--- Your instructions ---
Write out exactly the lines below that run from the one containing "e39 e40 e41]" through the one containing "e44 v31 v34 LINE", both included, with no other lines.

Start of Data to examine

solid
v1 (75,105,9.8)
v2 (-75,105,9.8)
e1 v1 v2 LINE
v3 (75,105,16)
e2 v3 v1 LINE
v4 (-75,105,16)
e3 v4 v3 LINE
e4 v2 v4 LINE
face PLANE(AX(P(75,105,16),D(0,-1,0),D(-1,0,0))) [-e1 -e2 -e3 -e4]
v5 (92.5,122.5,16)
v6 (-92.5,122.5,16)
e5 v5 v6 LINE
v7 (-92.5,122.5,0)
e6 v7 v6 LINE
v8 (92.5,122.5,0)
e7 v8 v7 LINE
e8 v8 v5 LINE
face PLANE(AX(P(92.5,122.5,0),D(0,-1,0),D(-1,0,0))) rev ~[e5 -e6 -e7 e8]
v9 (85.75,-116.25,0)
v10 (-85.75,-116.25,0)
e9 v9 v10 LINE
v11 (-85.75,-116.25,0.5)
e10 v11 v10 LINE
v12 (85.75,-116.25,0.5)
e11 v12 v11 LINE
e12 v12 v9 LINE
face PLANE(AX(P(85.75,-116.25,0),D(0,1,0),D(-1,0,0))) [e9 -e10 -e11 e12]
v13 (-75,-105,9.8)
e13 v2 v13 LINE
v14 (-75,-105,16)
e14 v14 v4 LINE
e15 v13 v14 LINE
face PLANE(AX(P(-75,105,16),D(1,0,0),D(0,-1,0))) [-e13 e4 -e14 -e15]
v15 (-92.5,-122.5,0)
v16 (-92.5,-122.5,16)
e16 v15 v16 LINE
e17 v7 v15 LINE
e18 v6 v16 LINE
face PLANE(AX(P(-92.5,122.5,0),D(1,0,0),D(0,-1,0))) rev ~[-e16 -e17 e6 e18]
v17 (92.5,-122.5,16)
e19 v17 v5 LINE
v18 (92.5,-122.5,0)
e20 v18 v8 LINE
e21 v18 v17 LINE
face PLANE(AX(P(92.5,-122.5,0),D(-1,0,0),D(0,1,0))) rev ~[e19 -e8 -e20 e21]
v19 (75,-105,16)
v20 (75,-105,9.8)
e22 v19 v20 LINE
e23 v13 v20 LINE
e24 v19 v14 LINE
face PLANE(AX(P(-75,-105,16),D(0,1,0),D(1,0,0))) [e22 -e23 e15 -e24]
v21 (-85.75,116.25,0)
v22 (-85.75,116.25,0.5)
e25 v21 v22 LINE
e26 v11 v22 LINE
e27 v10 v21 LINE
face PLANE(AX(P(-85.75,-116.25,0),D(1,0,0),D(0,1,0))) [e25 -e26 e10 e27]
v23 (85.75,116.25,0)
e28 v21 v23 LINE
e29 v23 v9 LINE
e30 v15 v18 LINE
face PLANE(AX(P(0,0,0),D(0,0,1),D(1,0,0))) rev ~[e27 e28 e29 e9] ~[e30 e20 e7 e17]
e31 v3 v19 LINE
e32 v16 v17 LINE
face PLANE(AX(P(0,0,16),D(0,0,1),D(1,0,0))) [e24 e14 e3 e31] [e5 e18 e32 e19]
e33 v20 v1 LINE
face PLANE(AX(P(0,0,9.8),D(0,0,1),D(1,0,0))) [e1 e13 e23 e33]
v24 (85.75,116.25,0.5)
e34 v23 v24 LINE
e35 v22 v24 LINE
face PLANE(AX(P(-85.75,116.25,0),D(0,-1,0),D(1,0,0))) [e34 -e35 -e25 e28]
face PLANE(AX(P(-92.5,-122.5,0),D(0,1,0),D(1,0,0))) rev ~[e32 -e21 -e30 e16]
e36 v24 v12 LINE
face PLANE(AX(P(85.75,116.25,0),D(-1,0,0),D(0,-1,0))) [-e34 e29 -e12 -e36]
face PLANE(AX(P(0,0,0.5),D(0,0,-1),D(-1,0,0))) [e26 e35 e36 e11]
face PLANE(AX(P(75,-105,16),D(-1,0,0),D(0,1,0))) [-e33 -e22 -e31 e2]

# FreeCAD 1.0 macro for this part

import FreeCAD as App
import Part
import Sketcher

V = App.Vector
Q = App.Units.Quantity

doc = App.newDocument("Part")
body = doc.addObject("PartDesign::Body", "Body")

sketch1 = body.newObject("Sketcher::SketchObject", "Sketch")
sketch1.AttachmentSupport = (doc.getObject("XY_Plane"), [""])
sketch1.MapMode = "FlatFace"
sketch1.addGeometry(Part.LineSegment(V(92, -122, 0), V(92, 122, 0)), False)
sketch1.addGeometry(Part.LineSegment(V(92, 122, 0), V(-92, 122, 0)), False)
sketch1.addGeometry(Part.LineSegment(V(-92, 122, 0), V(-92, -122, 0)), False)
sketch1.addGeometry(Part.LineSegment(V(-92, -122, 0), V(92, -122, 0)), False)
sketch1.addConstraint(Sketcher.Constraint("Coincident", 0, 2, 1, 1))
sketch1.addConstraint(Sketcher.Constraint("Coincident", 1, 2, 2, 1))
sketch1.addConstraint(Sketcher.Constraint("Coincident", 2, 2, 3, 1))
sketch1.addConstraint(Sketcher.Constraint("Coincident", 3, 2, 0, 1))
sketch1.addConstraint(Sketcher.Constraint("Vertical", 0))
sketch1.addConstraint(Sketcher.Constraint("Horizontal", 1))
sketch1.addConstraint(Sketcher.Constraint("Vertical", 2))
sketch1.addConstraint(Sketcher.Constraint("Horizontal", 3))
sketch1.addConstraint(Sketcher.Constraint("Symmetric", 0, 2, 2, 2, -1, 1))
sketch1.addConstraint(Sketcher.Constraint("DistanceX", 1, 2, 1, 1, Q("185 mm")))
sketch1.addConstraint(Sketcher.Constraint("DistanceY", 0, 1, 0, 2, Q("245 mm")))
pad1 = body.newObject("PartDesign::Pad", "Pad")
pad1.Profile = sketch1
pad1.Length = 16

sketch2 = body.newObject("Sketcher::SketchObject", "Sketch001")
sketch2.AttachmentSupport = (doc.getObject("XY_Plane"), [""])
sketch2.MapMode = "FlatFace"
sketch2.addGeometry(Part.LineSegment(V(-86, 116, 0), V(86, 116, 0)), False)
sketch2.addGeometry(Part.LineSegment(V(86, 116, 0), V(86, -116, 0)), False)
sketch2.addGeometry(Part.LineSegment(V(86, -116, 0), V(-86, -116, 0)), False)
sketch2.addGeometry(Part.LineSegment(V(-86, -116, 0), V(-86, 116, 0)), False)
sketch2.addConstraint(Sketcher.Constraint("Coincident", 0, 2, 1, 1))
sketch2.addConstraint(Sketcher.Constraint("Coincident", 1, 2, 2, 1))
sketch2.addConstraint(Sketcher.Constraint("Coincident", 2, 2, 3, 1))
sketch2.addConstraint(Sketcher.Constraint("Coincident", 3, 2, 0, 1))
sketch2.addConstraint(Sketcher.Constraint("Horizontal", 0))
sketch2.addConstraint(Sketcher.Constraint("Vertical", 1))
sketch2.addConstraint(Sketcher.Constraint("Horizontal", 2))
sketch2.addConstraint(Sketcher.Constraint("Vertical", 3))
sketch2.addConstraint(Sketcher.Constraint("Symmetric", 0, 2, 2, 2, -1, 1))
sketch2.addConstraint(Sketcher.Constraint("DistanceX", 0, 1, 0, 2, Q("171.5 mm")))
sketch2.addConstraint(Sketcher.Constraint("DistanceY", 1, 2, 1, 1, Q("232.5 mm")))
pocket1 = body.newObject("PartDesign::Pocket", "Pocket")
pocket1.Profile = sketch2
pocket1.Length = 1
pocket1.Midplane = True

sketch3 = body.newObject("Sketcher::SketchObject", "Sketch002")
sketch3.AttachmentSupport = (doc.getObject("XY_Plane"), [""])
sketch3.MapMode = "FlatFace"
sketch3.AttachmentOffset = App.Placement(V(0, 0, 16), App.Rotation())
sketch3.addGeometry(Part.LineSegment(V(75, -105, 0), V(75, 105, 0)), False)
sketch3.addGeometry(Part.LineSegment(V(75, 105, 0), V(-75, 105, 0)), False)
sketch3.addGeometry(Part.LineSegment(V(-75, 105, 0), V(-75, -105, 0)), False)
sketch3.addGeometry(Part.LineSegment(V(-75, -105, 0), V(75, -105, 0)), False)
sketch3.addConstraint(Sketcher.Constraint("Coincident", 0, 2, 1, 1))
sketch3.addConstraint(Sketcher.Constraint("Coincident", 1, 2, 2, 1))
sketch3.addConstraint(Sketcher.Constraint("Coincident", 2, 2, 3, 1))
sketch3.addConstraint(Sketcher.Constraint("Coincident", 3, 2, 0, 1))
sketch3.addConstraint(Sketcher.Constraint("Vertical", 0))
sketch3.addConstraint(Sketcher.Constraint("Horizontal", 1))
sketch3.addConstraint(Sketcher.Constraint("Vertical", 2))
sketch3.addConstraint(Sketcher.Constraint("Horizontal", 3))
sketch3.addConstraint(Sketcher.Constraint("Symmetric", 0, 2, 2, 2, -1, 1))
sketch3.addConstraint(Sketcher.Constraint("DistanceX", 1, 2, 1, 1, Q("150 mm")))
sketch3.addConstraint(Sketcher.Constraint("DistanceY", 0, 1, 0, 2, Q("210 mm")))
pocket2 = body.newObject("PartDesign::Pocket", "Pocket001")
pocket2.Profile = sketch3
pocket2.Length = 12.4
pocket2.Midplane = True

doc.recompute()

End of Data to examine
Start of Data to examine

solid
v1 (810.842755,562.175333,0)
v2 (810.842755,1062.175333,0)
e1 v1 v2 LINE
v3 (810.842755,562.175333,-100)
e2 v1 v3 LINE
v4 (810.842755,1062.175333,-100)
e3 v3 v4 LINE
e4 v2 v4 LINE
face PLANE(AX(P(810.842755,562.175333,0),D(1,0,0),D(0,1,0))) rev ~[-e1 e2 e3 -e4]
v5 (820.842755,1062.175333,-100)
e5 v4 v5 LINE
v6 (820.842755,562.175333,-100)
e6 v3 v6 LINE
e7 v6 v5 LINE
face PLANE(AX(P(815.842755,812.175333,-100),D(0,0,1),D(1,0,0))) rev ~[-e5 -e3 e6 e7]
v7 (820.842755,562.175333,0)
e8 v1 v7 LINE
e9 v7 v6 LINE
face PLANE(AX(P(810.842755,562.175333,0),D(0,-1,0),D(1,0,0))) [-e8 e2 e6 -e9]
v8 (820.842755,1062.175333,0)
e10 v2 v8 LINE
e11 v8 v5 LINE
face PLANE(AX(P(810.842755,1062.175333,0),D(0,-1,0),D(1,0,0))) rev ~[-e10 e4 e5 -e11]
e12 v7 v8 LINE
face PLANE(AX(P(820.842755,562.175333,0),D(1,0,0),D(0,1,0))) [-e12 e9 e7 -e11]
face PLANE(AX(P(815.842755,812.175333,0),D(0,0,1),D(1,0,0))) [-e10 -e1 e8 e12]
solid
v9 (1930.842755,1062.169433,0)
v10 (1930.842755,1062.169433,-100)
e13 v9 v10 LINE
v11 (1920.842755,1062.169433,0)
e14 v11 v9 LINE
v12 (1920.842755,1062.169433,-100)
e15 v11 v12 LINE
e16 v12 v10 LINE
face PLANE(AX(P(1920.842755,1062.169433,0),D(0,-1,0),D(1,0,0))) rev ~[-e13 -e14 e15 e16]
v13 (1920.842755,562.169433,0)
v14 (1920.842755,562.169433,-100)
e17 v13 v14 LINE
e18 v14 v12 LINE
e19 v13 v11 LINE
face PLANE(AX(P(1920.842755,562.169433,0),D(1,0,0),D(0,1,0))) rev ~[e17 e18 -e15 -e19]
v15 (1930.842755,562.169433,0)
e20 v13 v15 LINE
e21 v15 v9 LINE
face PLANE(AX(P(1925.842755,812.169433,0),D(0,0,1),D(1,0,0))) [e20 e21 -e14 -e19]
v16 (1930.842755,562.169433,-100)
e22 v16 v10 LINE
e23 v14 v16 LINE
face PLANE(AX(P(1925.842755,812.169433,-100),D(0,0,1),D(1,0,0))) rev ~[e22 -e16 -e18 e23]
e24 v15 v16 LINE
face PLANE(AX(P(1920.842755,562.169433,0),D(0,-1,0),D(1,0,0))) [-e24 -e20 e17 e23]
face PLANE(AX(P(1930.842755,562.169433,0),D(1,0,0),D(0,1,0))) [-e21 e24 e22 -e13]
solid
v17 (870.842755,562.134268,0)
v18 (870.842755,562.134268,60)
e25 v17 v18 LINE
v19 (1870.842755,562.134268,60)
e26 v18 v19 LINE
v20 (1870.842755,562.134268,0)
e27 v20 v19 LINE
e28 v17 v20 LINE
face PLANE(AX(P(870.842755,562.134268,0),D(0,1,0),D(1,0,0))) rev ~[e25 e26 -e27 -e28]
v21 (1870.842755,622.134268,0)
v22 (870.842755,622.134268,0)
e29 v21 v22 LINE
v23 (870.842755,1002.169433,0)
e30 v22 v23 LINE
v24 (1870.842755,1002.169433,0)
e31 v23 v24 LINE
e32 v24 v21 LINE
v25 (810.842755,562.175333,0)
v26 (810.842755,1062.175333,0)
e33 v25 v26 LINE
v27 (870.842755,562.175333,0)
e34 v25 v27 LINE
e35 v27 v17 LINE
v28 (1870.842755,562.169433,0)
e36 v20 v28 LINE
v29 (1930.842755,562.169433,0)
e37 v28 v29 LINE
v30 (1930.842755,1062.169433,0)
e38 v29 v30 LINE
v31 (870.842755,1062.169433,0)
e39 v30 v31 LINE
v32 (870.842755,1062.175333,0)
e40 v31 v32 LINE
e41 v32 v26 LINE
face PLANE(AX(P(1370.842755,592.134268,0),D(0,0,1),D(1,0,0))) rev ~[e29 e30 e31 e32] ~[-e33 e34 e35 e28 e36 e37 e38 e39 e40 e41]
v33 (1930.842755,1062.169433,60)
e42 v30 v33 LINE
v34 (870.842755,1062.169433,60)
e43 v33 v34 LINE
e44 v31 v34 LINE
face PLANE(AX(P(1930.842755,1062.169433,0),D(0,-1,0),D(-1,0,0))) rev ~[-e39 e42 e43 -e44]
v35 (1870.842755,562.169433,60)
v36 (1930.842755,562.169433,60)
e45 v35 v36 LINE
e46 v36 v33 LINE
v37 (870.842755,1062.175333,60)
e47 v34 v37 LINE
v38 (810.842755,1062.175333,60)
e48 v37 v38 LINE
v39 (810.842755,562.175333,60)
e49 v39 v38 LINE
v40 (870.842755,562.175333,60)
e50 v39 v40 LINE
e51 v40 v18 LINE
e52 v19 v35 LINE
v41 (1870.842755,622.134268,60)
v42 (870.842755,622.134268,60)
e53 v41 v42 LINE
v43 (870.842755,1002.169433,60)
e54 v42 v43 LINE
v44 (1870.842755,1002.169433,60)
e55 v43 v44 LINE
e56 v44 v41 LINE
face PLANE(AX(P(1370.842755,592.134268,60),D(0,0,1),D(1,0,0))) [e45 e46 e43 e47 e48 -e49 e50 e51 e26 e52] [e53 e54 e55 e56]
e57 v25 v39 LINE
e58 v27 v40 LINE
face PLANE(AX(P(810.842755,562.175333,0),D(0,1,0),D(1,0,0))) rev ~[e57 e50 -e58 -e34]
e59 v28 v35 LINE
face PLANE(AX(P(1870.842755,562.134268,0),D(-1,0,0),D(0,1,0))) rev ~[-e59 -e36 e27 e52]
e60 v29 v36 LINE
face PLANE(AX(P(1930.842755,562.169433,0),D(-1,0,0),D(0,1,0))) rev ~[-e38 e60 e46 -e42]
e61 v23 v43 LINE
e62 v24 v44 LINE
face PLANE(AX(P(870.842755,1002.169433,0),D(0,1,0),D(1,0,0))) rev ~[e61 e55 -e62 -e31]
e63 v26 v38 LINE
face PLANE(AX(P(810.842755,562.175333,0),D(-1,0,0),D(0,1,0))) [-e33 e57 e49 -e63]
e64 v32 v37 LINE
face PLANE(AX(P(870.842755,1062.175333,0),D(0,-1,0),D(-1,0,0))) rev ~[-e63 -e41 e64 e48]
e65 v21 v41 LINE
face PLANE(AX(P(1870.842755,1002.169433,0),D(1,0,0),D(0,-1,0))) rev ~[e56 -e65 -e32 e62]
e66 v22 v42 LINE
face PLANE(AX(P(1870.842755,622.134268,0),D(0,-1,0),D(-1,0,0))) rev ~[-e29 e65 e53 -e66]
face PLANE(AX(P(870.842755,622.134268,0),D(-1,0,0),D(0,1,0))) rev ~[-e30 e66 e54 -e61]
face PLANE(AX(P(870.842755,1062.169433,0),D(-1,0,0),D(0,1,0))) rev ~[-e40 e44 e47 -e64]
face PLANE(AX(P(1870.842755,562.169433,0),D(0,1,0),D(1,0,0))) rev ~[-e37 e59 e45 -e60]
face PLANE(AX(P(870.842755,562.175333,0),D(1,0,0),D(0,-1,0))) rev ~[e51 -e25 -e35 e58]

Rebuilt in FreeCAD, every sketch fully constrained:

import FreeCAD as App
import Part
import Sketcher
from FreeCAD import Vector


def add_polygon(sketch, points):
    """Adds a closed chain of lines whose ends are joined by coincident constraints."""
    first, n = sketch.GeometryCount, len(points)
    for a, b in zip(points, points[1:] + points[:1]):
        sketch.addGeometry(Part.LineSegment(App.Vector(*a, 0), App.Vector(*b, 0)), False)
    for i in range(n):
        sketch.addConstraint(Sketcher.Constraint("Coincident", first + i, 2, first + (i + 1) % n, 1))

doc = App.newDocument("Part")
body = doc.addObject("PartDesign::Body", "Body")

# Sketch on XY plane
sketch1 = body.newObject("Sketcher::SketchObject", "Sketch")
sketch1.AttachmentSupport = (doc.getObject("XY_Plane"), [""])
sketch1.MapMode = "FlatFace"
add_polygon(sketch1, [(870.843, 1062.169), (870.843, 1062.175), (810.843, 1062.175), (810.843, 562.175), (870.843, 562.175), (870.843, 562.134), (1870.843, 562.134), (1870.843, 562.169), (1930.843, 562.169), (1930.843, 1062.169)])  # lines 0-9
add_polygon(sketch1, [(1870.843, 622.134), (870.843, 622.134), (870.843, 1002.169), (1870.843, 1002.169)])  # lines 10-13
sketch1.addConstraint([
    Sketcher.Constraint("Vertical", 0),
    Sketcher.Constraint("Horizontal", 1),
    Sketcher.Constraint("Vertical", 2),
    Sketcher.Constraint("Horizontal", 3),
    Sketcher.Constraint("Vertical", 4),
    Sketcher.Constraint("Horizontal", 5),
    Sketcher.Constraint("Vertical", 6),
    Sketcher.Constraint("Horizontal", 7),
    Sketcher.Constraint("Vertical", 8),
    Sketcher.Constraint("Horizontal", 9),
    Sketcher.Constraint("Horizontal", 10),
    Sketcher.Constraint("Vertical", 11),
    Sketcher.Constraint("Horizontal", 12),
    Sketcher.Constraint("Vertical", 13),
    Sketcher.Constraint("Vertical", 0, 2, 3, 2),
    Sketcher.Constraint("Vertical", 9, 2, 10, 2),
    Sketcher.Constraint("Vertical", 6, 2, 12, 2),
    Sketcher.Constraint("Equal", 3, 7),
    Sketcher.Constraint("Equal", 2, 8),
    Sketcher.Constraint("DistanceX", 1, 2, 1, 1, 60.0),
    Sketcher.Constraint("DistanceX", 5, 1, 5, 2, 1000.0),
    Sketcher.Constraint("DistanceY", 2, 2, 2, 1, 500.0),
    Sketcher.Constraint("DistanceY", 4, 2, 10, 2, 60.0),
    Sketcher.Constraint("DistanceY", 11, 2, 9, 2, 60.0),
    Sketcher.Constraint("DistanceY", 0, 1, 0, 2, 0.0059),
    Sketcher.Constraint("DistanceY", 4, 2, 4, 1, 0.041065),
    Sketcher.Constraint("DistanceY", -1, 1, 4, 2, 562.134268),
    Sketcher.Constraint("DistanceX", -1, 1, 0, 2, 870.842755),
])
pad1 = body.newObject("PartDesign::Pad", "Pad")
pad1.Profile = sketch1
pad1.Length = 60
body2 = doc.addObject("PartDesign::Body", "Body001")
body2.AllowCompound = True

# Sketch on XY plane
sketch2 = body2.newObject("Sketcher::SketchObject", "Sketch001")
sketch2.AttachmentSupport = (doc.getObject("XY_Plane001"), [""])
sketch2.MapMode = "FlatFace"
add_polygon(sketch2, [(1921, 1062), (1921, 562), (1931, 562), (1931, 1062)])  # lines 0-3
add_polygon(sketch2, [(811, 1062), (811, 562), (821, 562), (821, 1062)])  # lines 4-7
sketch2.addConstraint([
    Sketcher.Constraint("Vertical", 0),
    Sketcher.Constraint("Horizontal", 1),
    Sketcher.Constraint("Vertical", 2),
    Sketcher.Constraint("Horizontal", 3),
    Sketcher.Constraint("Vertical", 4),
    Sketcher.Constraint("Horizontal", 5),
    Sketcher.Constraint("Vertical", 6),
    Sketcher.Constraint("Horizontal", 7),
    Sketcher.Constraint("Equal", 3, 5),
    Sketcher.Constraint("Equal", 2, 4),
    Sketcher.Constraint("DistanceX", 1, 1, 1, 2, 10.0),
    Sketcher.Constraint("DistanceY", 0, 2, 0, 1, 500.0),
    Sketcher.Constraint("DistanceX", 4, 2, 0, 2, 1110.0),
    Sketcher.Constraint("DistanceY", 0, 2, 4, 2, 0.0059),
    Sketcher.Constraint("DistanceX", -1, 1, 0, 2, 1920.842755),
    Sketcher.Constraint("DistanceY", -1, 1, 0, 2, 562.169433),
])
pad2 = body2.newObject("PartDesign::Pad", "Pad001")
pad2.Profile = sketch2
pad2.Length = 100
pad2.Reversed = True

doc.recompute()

End of Data to examine

--- Answer area ---
face PLANE(AX(P(1370.842755,592.134268,0),D(0,0,1),D(1,0,0))) rev ~[e29 e30 e31 e32] ~[-e33 e34 e35 e28 e36 e37 e38 e39 e40 e41]
v33 (1930.842755,1062.169433,60)
e42 v30 v33 LINE
v34 (870.842755,1062.169433,60)
e43 v33 v34 LINE
e44 v31 v34 LINE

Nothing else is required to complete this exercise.